_INSTRUCTIONS TO FOLLOW_: Output, without alteration, the first line of the entries and each line after it, stopping with the line that contains "# Sketch3 → Cut-Extrude2 (cut)".

(Saved entries)
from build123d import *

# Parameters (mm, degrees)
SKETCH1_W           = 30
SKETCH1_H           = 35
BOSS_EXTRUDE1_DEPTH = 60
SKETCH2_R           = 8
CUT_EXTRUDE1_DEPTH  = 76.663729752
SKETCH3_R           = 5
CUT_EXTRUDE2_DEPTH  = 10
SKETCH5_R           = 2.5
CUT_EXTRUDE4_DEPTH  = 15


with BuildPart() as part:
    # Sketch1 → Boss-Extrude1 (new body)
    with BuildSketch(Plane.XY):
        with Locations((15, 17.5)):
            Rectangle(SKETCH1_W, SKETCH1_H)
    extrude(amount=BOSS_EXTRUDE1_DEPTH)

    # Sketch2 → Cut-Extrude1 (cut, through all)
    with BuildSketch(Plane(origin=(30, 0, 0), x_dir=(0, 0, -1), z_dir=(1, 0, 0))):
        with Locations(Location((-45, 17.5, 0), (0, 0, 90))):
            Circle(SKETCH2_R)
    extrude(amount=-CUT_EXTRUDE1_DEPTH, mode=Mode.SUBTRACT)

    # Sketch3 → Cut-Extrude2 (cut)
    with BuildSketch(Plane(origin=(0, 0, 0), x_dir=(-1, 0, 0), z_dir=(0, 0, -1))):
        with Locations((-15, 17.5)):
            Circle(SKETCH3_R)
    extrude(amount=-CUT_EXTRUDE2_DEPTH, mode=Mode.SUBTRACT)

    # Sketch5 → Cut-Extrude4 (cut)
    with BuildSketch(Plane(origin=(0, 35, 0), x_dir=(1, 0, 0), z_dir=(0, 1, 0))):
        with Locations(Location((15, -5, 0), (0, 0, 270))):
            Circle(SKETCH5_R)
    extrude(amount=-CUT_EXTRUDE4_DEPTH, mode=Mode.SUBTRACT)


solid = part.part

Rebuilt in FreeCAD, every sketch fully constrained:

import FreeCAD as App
import Part
import Sketcher

V = App.Vector


def add_polygon(sketch, points):
    """Adds a closed chain of lines whose ends are joined by coincident constraints."""
    first, n = sketch.GeometryCount, len(points)
    for a, b in zip(points, points[1:] + points[:1]):
        sketch.addGeometry(Part.LineSegment(App.Vector(*a, 0), App.Vector(*b, 0)), False)
    for i in range(n):
        sketch.addConstraint(Sketcher.Constraint("Coincident", first + i, 2, first + (i + 1) % n, 1))

doc = App.newDocument("Part")
body = doc.addObject("PartDesign::Body", "Body")

sketch1 = body.newObject("Sketcher::SketchObject", "Sketch")
sketch1.AttachmentSupport = (doc.getObject("XY_Plane"), [""])
sketch1.MapMode = "FlatFace"
add_polygon(sketch1, [(0, 35), (0, 0), (30, 0), (30, 35)])
sketch1.addConstraint(Sketcher.Constraint("Vertical", 0))
sketch1.addConstraint(Sketcher.Constraint("Horizontal", 1))
sketch1.addConstraint(Sketcher.Constraint("Vertical", 2))
sketch1.addConstraint(Sketcher.Constraint("Horizontal", 3))
sketch1.addConstraint(Sketcher.Constraint("Coincident", 0, 2, -1, 1))
sketch1.addConstraint(Sketcher.Constraint("DistanceX", 1, 1, 1, 2, 30.0))
sketch1.addConstraint(Sketcher.Constraint("DistanceY", 0, 2, 0, 1, 35.0))
pad1 = body.newObject("PartDesign::Pad", "Pad")
pad1.Profile = sketch1
pad1.Length = 60

sketch2 = body.newObject("Sketcher::SketchObject", "Sketch001")
sketch2.AttachmentSupport = (doc.getObject("YZ_Plane"), [""])
sketch2.MapMode = "FlatFace"
sketch2.AttachmentOffset = App.Placement(V(0, 0, 30), App.Rotation())
sketch2.addGeometry(Part.Circle(V(17.5, 45, 0), V(0, 0, 1), 8), False)
sketch2.addConstraint(Sketcher.Constraint("Diameter", 0, 16.0))
sketch2.addConstraint(Sketcher.Constraint("DistanceY", -1, 1, 0, 3, 45.0))
sketch2.addConstraint(Sketcher.Constraint("DistanceX", -1, 1, 0, 3, 17.5))
pocket1 = body.newObject("PartDesign::Pocket", "Pocket")
pocket1.Profile = sketch2
pocket1.Type = "ThroughAll"

sketch3 = body.newObject("Sketcher::SketchObject", "Sketch002")
sketch3.AttachmentSupport = (doc.getObject("XY_Plane"), [""])
sketch3.MapMode = "FlatFace"
sketch3.addGeometry(Part.Circle(V(15, 17.5, 0), V(0, 0, 1), 5), False)
sketch3.addConstraint(Sketcher.Constraint("Diameter", 0, 10.0))
sketch3.addConstraint(Sketcher.Constraint("DistanceX", -1, 1, 0, 3, 15.0))
sketch3.addConstraint(Sketcher.Constraint("DistanceY", -1, 1, 0, 3, 17.5))
pocket2 = body.newObject("PartDesign::Pocket", "Pocket001")
pocket2.Profile = sketch3
pocket2.Length = 10
pocket2.Reversed = True

sketch4 = body.newObject("Sketcher::SketchObject", "Sketch003")
sketch4.AttachmentSupport = (doc.getObject("XZ_Plane"), [""])
sketch4.MapMode = "FlatFace"
sketch4.AttachmentOffset = App.Placement(V(0, 0, -35), App.Rotation())
sketch4.addGeometry(Part.Circle(V(15, 5, 0), V(0, 0, 1), 2.5), False)
sketch4.addConstraint(Sketcher.Constraint("Diameter", 0, 5.0))
sketch4.addConstraint(Sketcher.Constraint("DistanceX", -1, 1, 0, 3, 15.0))
sketch4.addConstraint(Sketcher.Constraint("DistanceY", -1, 1, 0, 3, 5.0))
pocket3 = body.newObject("PartDesign::Pocket", "Pocket002")
pocket3.Profile = sketch4
pocket3.Length = 15
pocket3.Reversed = True

doc.recompute()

_ANSWER AREA_:
from build123d import *

# Parameters (mm, degrees)
SKETCH1_W           = 30
SKETCH1_H           = 35
BOSS_EXTRUDE1_DEPTH = 60
SKETCH2_R           = 8
CUT_EXTRUDE1_DEPTH  = 76.663729752
SKETCH3_R           = 5
CUT_EXTRUDE2_DEPTH  = 10
SKETCH5_R           = 2.5
CUT_EXTRUDE4_DEPTH  = 15


with BuildPart() as part:
    # Sketch1 → Boss-Extrude1 (new body)
    with BuildSketch(Plane.XY):
        with Locations((15, 17.5)):
            Rectangle(SKETCH1_W, SKETCH1_H)
    extrude(amount=BOSS_EXTRUDE1_DEPTH)

    # Sketch2 → Cut-Extrude1 (cut, through all)
    with BuildSketch(Plane(origin=(30, 0, 0), x_dir=(0, 0, -1), z_dir=(1, 0, 0))):
        with Locations(Location((-45, 17.5, 0), (0, 0, 90))):
            Circle(SKETCH2_R)
    extrude(amount=-CUT_EXTRUDE1_DEPTH, mode=Mode.SUBTRACT)

    # Sketch3 → Cut-Extrude2 (cut)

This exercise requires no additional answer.